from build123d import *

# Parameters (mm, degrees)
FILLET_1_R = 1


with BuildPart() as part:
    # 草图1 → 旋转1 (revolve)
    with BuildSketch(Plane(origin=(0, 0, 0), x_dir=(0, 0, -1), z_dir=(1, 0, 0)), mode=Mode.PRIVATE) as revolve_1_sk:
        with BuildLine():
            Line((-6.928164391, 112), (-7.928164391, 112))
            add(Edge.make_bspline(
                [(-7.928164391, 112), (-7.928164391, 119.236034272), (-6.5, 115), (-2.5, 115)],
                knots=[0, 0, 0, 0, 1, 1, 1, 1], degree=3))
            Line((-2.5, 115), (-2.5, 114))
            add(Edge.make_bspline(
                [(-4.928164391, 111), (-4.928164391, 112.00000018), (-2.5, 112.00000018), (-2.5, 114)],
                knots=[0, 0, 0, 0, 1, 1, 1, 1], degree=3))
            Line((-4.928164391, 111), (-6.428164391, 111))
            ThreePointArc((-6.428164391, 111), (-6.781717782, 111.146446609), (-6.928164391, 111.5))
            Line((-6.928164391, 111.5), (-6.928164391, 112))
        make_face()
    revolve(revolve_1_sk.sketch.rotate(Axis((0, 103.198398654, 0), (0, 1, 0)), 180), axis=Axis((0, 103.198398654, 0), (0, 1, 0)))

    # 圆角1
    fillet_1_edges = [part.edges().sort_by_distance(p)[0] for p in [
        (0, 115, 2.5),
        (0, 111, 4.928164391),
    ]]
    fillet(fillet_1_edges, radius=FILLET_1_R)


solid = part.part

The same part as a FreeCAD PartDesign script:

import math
import FreeCAD as App
import Part
import Sketcher

V = App.Vector
Q = App.Units.Quantity


def edges_at(feature, points):
    """Names of the edges that pass closest to the given points."""
    edges = feature.Shape.Edges
    near = lambda p: min(range(len(edges)), key=lambda i: edges[i].distToShape(Part.Vertex(*p))[0])
    return sorted({f"Edge{near(p) + 1}" for p in points})

doc = App.newDocument("Part")
body = doc.addObject("PartDesign::Body", "Body")

# Sketch on YZ plane
sketch1 = body.newObject("Sketcher::SketchObject", "Sketch")
sketch1.AttachmentSupport = (doc.getObject("YZ_Plane"), [""])
sketch1.MapMode = "FlatFace"
sketch1.addGeometry(Part.LineSegment(V(112, 7.928164, 0), V(112, 6.928164, 0)), False)
sketch1.addGeometry(Part.LineSegment(V(112, 6.928164, 0), V(111.5, 6.928164, 0)), False)
sketch1.addGeometry(Part.ArcOfCircle(Part.Circle(V(111.5, 6.428164, 0), V(0, 0, 1), 0.5), math.radians(90), math.radians(180)), False)
sketch1.addGeometry(Part.LineSegment(V(111, 6.428164, 0), V(111, 4.928164, 0)), False)
sketch1.addGeometry(Part.BSplineCurve([V(111, 4.928164, 0), V(112, 4.928164, 0), V(112, 2.5, 0), V(114, 2.5, 0)], [4, 4], [0, 1], False, 3, [1, 1, 1, 1], False), False)
sketch1.addGeometry(Part.LineSegment(V(114, 2.5, 0), V(115, 2.5, 0)), False)
sketch1.addGeometry(Part.BSplineCurve([V(112, 7.928164, 0), V(119.236034, 7.928164, 0), V(115, 6.5, 0), V(115, 2.5, 0)], [4, 4], [0, 1], False, 3, [1, 1, 1, 1], False), False)
sketch1.addConstraint(Sketcher.Constraint("Block", 4))
sketch1.addConstraint(Sketcher.Constraint("Block", 6))
sketch1.addConstraint(Sketcher.Constraint("Coincident", 0, 2, 1, 1))
sketch1.addConstraint(Sketcher.Constraint("Tangent", 1, 2, 2, 1))
sketch1.addConstraint(Sketcher.Constraint("Tangent", 2, 2, 3, 1))
sketch1.addConstraint(Sketcher.Constraint("Coincident", 3, 2, 4, 1))
sketch1.addConstraint(Sketcher.Constraint("Coincident", 4, 2, 5, 1))
sketch1.addConstraint(Sketcher.Constraint("Coincident", 5, 2, 6, 2))
sketch1.addConstraint(Sketcher.Constraint("Coincident", 6, 1, 0, 1))
sketch1.addConstraint(Sketcher.Constraint("Vertical", 0))
sketch1.addConstraint(Sketcher.Constraint("Horizontal", 1))
sketch1.addConstraint(Sketcher.Constraint("Vertical", 3))
sketch1.addConstraint(Sketcher.Constraint("Equal", 5, 0))
sketch1.addConstraint(Sketcher.Constraint("Radius", 2, Q("0.5 mm")))
revolution = body.newObject("PartDesign::Revolution", "Revolution")
revolution.Profile = sketch1
revolution.ReferenceAxis = (sketch1, ["H_Axis"])
revolution.Angle = 360
doc.recompute()

fillet = body.newObject("PartDesign::Fillet", "Fillet")
fillet.Base = (revolution, edges_at(revolution, [(0, 115, 2.5), (0, 111, 4.928)]))
fillet.Radius = 1

doc.recompute()
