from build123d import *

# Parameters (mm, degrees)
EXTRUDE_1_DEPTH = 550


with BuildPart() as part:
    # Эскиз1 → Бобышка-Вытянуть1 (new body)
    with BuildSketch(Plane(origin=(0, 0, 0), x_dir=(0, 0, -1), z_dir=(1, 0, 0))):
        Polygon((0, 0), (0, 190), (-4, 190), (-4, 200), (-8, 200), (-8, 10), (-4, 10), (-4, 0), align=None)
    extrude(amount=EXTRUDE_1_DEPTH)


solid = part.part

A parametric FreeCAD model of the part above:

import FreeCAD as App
import Part
import Sketcher

V = App.Vector
Q = App.Units.Quantity

doc = App.newDocument("Part")
params = doc.addObject("Spreadsheet::Sheet", "Params")
for row, (alias, value) in enumerate([
    ("sketch1_width", "190 mm"),
    ("sketch1_width2", "10 mm"),
    ("sketch1_height", "4 mm"),
    ("pad1_length", "550 mm"),
], start=1):
    params.set(f"A{row}", alias)
    params.set(f"B{row}", "=" + value)
    params.setAlias(f"B{row}", alias)

body = doc.addObject("PartDesign::Body", "Body")

sketch1 = body.newObject("Sketcher::SketchObject", "Sketch")
sketch1.AttachmentSupport = (doc.getObject("YZ_Plane"), [""])
sketch1.MapMode = "FlatFace"
sketch1.addGeometry(Part.LineSegment(V(0, 0, 0), V(190, 0, 0)), False)
sketch1.addGeometry(Part.LineSegment(V(190, 0, 0), V(190, 4, 0)), False)
sketch1.addGeometry(Part.LineSegment(V(190, 4, 0), V(200, 4, 0)), False)
sketch1.addGeometry(Part.LineSegment(V(200, 4, 0), V(200, 8, 0)), False)
sketch1.addGeometry(Part.LineSegment(V(200, 8, 0), V(10, 8, 0)), False)
sketch1.addGeometry(Part.LineSegment(V(10, 8, 0), V(10, 4, 0)), False)
sketch1.addGeometry(Part.LineSegment(V(10, 4, 0), V(0, 4, 0)), False)
sketch1.addGeometry(Part.LineSegment(V(0, 4, 0), V(0, 0, 0)), False)
sketch1.addConstraint(Sketcher.Constraint("Coincident", 0, 2, 1, 1))
sketch1.addConstraint(Sketcher.Constraint("Coincident", 1, 2, 2, 1))
sketch1.addConstraint(Sketcher.Constraint("Coincident", 2, 2, 3, 1))
sketch1.addConstraint(Sketcher.Constraint("Coincident", 3, 2, 4, 1))
sketch1.addConstraint(Sketcher.Constraint("Coincident", 4, 2, 5, 1))
sketch1.addConstraint(Sketcher.Constraint("Coincident", 5, 2, 6, 1))
sketch1.addConstraint(Sketcher.Constraint("Coincident", 6, 2, 7, 1))
sketch1.addConstraint(Sketcher.Constraint("Coincident", 7, 2, 0, 1))
sketch1.addConstraint(Sketcher.Constraint("Horizontal", 0))
sketch1.addConstraint(Sketcher.Constraint("Vertical", 1))
sketch1.addConstraint(Sketcher.Constraint("Horizontal", 2))
sketch1.addConstraint(Sketcher.Constraint("Vertical", 3))
sketch1.addConstraint(Sketcher.Constraint("Horizontal", 4))
sketch1.addConstraint(Sketcher.Constraint("Vertical", 5))
sketch1.addConstraint(Sketcher.Constraint("Horizontal", 6))
sketch1.addConstraint(Sketcher.Constraint("Vertical", 7))
sketch1.addConstraint(Sketcher.Constraint("Coincident", 7, 2, -1, 1))
sketch1.addConstraint(Sketcher.Constraint("Horizontal", 2, 2, 5, 2))
sketch1.addConstraint(Sketcher.Constraint("Equal", 0, 4))
sketch1.addConstraint(Sketcher.Constraint("Equal", 1, 3))
sketch1.addConstraint(Sketcher.Constraint("DistanceX", 0, 1, 0, 2, Q("190 mm")))
sketch1.addConstraint(Sketcher.Constraint("DistanceX", 2, 1, 2, 2, Q("10 mm")))
sketch1.addConstraint(Sketcher.Constraint("DistanceY", 1, 1, 1, 2, Q("4 mm")))
sketch1.setExpression("Constraints[20]", "Params.sketch1_width")
sketch1.setExpression("Constraints[21]", "Params.sketch1_width2")
sketch1.setExpression("Constraints[22]", "Params.sketch1_height")
pad1 = body.newObject("PartDesign::Pad", "Pad")
pad1.Profile = sketch1
pad1.setExpression("Length", "Params.pad1_length")

doc.recompute()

___

» **DESCRIPTION OF THE TASK**: Copy out word for word each line of the listing, from the very first line down to the line containing "Line((-2.5, 115), (-2.5, 114))", and stop after that line.

» **OUTPUT BELOW**:
from build123d import *

# Parameters (mm, degrees)
FILLET_1_R = 1


with BuildPart() as part:
    # 草图1 → 旋转1 (revolve)
    with BuildSketch(Plane(origin=(0, 0, 0), x_dir=(0, 0, -1), z_dir=(1, 0, 0)), mode=Mode.PRIVATE) as revolve_1_sk:
        with BuildLine():
            Line((-6.928164391, 112), (-7.928164391, 112))
            add(Edge.make_bspline(
                [(-7.928164391, 112), (-7.928164391, 119.236034272), (-6.5, 115), (-2.5, 115)],
                knots=[0, 0, 0, 0, 1, 1, 1, 1], degree=3))
            Line((-2.5, 115), (-2.5, 114))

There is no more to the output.